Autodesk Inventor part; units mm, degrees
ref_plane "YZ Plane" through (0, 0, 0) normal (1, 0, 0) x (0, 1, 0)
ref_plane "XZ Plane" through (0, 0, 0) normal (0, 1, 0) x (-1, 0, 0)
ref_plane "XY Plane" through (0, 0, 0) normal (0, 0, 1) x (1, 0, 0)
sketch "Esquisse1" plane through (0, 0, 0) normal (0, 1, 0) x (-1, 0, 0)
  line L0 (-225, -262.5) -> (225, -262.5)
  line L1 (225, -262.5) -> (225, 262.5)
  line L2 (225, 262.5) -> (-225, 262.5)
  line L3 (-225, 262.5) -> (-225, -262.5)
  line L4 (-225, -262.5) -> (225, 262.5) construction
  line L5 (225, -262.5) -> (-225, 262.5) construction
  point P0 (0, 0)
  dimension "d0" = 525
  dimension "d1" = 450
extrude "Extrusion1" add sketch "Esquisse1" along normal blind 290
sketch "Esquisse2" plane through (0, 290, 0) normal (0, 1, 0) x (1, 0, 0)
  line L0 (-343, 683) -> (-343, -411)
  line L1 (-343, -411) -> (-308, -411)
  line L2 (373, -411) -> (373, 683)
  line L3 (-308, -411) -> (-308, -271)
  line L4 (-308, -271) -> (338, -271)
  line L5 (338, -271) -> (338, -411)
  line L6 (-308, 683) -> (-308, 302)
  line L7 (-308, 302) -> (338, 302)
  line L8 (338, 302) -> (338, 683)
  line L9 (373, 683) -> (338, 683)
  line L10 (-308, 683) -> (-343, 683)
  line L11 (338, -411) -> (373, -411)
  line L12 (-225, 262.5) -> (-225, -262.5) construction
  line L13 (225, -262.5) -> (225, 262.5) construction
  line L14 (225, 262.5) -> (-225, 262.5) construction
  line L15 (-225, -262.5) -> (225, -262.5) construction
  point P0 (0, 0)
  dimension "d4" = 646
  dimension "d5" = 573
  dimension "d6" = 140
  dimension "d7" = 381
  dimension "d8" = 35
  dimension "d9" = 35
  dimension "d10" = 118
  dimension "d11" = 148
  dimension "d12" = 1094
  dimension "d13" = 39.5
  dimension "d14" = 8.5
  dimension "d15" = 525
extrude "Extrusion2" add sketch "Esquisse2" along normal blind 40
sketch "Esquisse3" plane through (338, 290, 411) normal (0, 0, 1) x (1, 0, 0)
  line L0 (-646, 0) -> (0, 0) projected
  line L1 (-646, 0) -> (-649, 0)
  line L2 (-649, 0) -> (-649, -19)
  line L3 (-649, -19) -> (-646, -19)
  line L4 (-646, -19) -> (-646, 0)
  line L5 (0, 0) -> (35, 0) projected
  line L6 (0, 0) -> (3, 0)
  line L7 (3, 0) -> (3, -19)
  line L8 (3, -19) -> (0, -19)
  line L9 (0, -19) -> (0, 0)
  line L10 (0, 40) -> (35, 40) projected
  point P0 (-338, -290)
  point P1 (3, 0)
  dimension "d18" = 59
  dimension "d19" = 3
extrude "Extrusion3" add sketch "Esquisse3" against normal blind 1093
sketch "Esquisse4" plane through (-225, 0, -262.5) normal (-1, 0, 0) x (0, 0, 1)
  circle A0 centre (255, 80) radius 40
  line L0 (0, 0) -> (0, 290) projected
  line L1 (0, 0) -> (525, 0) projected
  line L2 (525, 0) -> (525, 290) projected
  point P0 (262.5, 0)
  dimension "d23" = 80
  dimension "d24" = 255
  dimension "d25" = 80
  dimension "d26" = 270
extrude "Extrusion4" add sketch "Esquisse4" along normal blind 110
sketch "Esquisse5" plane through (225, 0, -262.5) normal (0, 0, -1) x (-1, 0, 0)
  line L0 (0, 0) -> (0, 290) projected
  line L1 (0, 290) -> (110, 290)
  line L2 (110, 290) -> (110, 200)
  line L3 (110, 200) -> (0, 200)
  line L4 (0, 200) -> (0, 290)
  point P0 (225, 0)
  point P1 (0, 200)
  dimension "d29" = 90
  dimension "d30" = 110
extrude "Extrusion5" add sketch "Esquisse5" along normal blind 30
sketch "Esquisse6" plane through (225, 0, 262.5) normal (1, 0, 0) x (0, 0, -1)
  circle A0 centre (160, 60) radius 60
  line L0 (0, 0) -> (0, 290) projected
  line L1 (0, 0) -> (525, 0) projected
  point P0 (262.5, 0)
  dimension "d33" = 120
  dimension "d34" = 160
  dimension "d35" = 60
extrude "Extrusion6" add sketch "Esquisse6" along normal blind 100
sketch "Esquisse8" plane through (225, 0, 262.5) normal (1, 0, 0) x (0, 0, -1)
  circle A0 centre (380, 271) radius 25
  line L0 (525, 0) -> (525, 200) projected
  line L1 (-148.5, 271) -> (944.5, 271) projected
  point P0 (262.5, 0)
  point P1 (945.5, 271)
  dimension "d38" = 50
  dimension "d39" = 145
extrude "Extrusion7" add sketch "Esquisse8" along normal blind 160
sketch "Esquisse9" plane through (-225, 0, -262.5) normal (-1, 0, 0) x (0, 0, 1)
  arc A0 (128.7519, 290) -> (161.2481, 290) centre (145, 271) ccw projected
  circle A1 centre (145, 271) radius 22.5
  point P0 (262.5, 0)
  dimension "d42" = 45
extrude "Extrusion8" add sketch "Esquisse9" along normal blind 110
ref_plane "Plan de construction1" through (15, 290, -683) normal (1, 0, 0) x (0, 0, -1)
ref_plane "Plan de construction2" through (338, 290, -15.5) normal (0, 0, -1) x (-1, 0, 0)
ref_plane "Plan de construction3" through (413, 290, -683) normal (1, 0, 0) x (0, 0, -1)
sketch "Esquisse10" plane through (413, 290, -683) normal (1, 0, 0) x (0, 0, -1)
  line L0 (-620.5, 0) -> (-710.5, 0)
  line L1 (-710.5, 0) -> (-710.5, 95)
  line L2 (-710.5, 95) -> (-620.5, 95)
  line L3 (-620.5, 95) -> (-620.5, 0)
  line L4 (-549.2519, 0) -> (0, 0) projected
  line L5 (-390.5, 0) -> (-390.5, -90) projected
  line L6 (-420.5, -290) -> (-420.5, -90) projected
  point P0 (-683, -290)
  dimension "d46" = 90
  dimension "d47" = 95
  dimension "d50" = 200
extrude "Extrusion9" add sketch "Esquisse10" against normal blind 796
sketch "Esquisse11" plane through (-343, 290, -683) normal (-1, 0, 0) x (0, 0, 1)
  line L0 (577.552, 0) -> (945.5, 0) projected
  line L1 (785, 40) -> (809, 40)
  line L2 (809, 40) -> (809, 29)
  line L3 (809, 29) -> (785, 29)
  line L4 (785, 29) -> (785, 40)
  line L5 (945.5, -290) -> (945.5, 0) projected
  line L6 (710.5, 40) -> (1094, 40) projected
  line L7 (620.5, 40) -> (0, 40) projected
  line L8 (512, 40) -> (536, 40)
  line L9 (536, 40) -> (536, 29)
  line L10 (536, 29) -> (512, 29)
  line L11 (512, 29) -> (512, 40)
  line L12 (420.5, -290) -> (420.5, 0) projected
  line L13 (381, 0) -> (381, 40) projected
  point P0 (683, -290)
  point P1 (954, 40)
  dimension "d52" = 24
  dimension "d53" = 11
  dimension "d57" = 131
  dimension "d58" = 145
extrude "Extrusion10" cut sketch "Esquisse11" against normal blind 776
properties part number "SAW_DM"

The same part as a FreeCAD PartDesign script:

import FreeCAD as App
import Part
import Sketcher
Q = App.Units.Quantity

doc = App.newDocument("Part")
body = doc.addObject("PartDesign::Body", "Body")

# Sketch on XZ plane
sketch1 = body.newObject("Sketcher::SketchObject", "Sketch")
sketch1.AttachmentSupport = (doc.getObject("XZ_Plane"), [""])
sketch1.MapMode = "FlatFace"
sketch1.addGeometry([
    Part.LineSegment(App.Vector(225, 262.5, 0), App.Vector(225, -262.5, 0)),
    Part.LineSegment(App.Vector(225, -262.5, 0), App.Vector(-225, -262.5, 0)),
    Part.LineSegment(App.Vector(-225, -262.5, 0), App.Vector(-225, 262.5, 0)),
    Part.LineSegment(App.Vector(-225, 262.5, 0), App.Vector(225, 262.5, 0)),
], False)
sketch1.addConstraint([
    Sketcher.Constraint("Coincident", 0, 2, 1, 1),
    Sketcher.Constraint("Coincident", 1, 2, 2, 1),
    Sketcher.Constraint("Coincident", 2, 2, 3, 1),
    Sketcher.Constraint("Coincident", 3, 2, 0, 1),
    Sketcher.Constraint("Vertical", 0),
    Sketcher.Constraint("Horizontal", 1),
    Sketcher.Constraint("Vertical", 2),
    Sketcher.Constraint("Horizontal", 3),
    Sketcher.Constraint("Symmetric", 0, 2, 2, 2, -1, 1),
    Sketcher.Constraint("DistanceX", 1, 2, 1, 1, Q("450 mm")),
    Sketcher.Constraint("DistanceY", 0, 2, 0, 1, Q("525 mm")),
])
pad1 = body.newObject("PartDesign::Pad", "Pad")
pad1.Profile = sketch1
pad1.Length = 290
pad1.Reversed = True

# Sketch on XZ plane
sketch2 = body.newObject("Sketcher::SketchObject", "Sketch001")
sketch2.AttachmentSupport = (doc.getObject("XZ_Plane"), [""])
sketch2.MapMode = "FlatFace"
sketch2.AttachmentOffset = App.Placement(App.Vector(0, 0, -290), App.Rotation())
sketch2.addGeometry([
    Part.LineSegment(App.Vector(-308, -683, 0), App.Vector(-343, -683, 0)),  # 0
    Part.LineSegment(App.Vector(-343, -683, 0), App.Vector(-343, 411, 0)),  # 1
    Part.LineSegment(App.Vector(-343, 411, 0), App.Vector(-308, 411, 0)),  # 2
    Part.LineSegment(App.Vector(-308, 411, 0), App.Vector(-308, 271, 0)),  # 3
    Part.LineSegment(App.Vector(-308, 271, 0), App.Vector(338, 271, 0)),  # 4
    Part.LineSegment(App.Vector(338, 271, 0), App.Vector(338, 411, 0)),  # 5
    Part.LineSegment(App.Vector(338, 411, 0), App.Vector(373, 411, 0)),  # 6
    Part.LineSegment(App.Vector(373, 411, 0), App.Vector(373, -683, 0)),  # 7
    Part.LineSegment(App.Vector(373, -683, 0), App.Vector(338, -683, 0)),  # 8
    Part.LineSegment(App.Vector(338, -683, 0), App.Vector(338, -302, 0)),  # 9
    Part.LineSegment(App.Vector(338, -302, 0), App.Vector(-308, -302, 0)),  # 10
    Part.LineSegment(App.Vector(-308, -302, 0), App.Vector(-308, -683, 0)),  # 11
], False)
sketch2.addConstraint([
    Sketcher.Constraint("Coincident", 0, 2, 1, 1),
    Sketcher.Constraint("Coincident", 1, 2, 2, 1),
    Sketcher.Constraint("Coincident", 2, 2, 3, 1),
    Sketcher.Constraint("Coincident", 3, 2, 4, 1),
    Sketcher.Constraint("Coincident", 4, 2, 5, 1),
    Sketcher.Constraint("Coincident", 5, 2, 6, 1),
    Sketcher.Constraint("Coincident", 6, 2, 7, 1),
    Sketcher.Constraint("Coincident", 7, 2, 8, 1),
    Sketcher.Constraint("Coincident", 8, 2, 9, 1),
    Sketcher.Constraint("Coincident", 9, 2, 10, 1),
    Sketcher.Constraint("Coincident", 10, 2, 11, 1),
    Sketcher.Constraint("Coincident", 11, 2, 0, 1),
    Sketcher.Constraint("Horizontal", 0),
    Sketcher.Constraint("Vertical", 1),
    Sketcher.Constraint("Horizontal", 2),
    Sketcher.Constraint("Vertical", 3),
    Sketcher.Constraint("Horizontal", 4),
    Sketcher.Constraint("Vertical", 5),
    Sketcher.Constraint("Horizontal", 6),
    Sketcher.Constraint("Vertical", 7),
    Sketcher.Constraint("Horizontal", 8),
    Sketcher.Constraint("Vertical", 9),
    Sketcher.Constraint("Horizontal", 10),
    Sketcher.Constraint("Vertical", 11),
    Sketcher.Constraint("Horizontal", 2, 2, 5, 2),
    Sketcher.Constraint("Horizontal", 0, 2, 7, 2),
    Sketcher.Constraint("Vertical", 5, 2, 8, 2),
    Sketcher.Constraint("Vertical", 3, 2, 10, 2),
    Sketcher.Constraint("Equal", 2, 6),
    Sketcher.Constraint("DistanceX", 0, 2, 0, 1, Q("35 mm")),
    Sketcher.Constraint("DistanceX", 4, 1, 4, 2, Q("646 mm")),
    Sketcher.Constraint("DistanceY", 1, 1, 1, 2, Q("1094 mm")),
    Sketcher.Constraint("DistanceY", 3, 2, 3, 1, Q("140 mm")),
    Sketcher.Constraint("DistanceY", 9, 1, 9, 2, Q("381 mm")),
    Sketcher.Constraint("DistanceX", 0, 2, -1, 1, Q("343 mm")),
    Sketcher.Constraint("DistanceY", 0, 2, -1, 1, Q("683 mm")),
])
pad2 = body.newObject("PartDesign::Pad", "Pad001")
pad2.Profile = sketch2
pad2.Length = 40
pad2.Reversed = True

# Sketch on XY plane
sketch3 = body.newObject("Sketcher::SketchObject", "Sketch002")
sketch3.AttachmentSupport = (doc.getObject("XY_Plane"), [""])
sketch3.MapMode = "FlatFace"
sketch3.AttachmentOffset = App.Placement(App.Vector(0, 0, 411), App.Rotation())
sketch3.addGeometry([
    Part.LineSegment(App.Vector(341, 290, 0), App.Vector(338, 290, 0)),  # 0
    Part.LineSegment(App.Vector(338, 290, 0), App.Vector(338, 271, 0)),  # 1
    Part.LineSegment(App.Vector(338, 271, 0), App.Vector(341, 271, 0)),  # 2
    Part.LineSegment(App.Vector(341, 271, 0), App.Vector(341, 290, 0)),  # 3
    Part.LineSegment(App.Vector(-308, 271, 0), App.Vector(-308, 290, 0)),  # 4
    Part.LineSegment(App.Vector(-308, 290, 0), App.Vector(-311, 290, 0)),  # 5
    Part.LineSegment(App.Vector(-311, 290, 0), App.Vector(-311, 271, 0)),  # 6
    Part.LineSegment(App.Vector(-311, 271, 0), App.Vector(-308, 271, 0)),  # 7
], False)
sketch3.addConstraint([
    Sketcher.Constraint("Coincident", 0, 2, 1, 1),
    Sketcher.Constraint("Coincident", 1, 2, 2, 1),
    Sketcher.Constraint("Coincident", 2, 2, 3, 1),
    Sketcher.Constraint("Coincident", 3, 2, 0, 1),
    Sketcher.Constraint("Coincident", 4, 2, 5, 1),
    Sketcher.Constraint("Coincident", 5, 2, 6, 1),
    Sketcher.Constraint("Coincident", 6, 2, 7, 1),
    Sketcher.Constraint("Coincident", 7, 2, 4, 1),
    Sketcher.Constraint("Horizontal", 0),
    Sketcher.Constraint("Vertical", 1),
    Sketcher.Constraint("Horizontal", 2),
    Sketcher.Constraint("Vertical", 3),
    Sketcher.Constraint("Vertical", 4),
    Sketcher.Constraint("Horizontal", 5),
    Sketcher.Constraint("Vertical", 6),
    Sketcher.Constraint("Horizontal", 7),
    Sketcher.Constraint("Horizontal", 3, 2, 4, 2),
    Sketcher.Constraint("Horizontal", 2, 2, 6, 2),
    Sketcher.Constraint("Equal", 2, 5),
    Sketcher.Constraint("DistanceX", 0, 2, 0, 1, Q("3 mm")),
    Sketcher.Constraint("DistanceY", 1, 2, 1, 1, Q("19 mm")),
    Sketcher.Constraint("DistanceX", -1, 1, 0, 2, Q("338 mm")),
    Sketcher.Constraint("DistanceY", -1, 1, 0, 2, Q("290 mm")),
    Sketcher.Constraint("DistanceX", 4, 2, -1, 1, Q("308 mm")),
])
pad3 = body.newObject("PartDesign::Pad", "Pad002")
pad3.Profile = sketch3
pad3.Length = 1093
pad3.Reversed = True

# Sketch on YZ plane
sketch4 = body.newObject("Sketcher::SketchObject", "Sketch003")
sketch4.AttachmentSupport = (doc.getObject("YZ_Plane"), [""])
sketch4.MapMode = "FlatFace"
sketch4.AttachmentOffset = App.Placement(App.Vector(0, 0, -225), App.Rotation())
sketch4.addGeometry(Part.Circle(App.Vector(80, -7.5, 0), App.Vector(0, 0, 1), 40), False)
sketch4.addConstraint([
    Sketcher.Constraint("Diameter", 0, Q("80 mm")),
    Sketcher.Constraint("DistanceX", -1, 1, 0, 3, Q("80 mm")),
    Sketcher.Constraint("DistanceY", 0, 3, -1, 1, Q("7.5 mm")),
])
pad4 = body.newObject("PartDesign::Pad", "Pad003")
pad4.Profile = sketch4
pad4.Length = 110
pad4.Reversed = True

# Sketch on XY plane
sketch5 = body.newObject("Sketcher::SketchObject", "Sketch004")
sketch5.AttachmentSupport = (doc.getObject("XY_Plane"), [""])
sketch5.MapMode = "FlatFace"
sketch5.AttachmentOffset = App.Placement(App.Vector(0, 0, -262.5), App.Rotation())
sketch5.addGeometry([
    Part.LineSegment(App.Vector(225, 290, 0), App.Vector(225, 200, 0)),
    Part.LineSegment(App.Vector(225, 200, 0), App.Vector(115, 200, 0)),
    Part.LineSegment(App.Vector(115, 200, 0), App.Vector(115, 290, 0)),
    Part.LineSegment(App.Vector(115, 290, 0), App.Vector(225, 290, 0)),
], False)
sketch5.addConstraint([
    Sketcher.Constraint("Coincident", 0, 2, 1, 1),
    Sketcher.Constraint("Coincident", 1, 2, 2, 1),
    Sketcher.Constraint("Coincident", 2, 2, 3, 1),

__Assignment__:
Repeat, character for character, the lines of the material above from the line with "circle A1 centre (145, 271) radius 22.5" through the line with "(338, 290, -15.5)".

__Problem solution__:
  circle A1 centre (145, 271) radius 22.5
  point P0 (262.5, 0)
  dimension "d42" = 45
extrude "Extrusion8" add sketch "Esquisse9" along normal blind 110
ref_plane "Plan de construction1" through (15, 290, -683) normal (1, 0, 0) x (0, 0, -1)
ref_plane "Plan de construction2" through (338, 290, -15.5) normal (0, 0, -1) x (-1, 0, 0)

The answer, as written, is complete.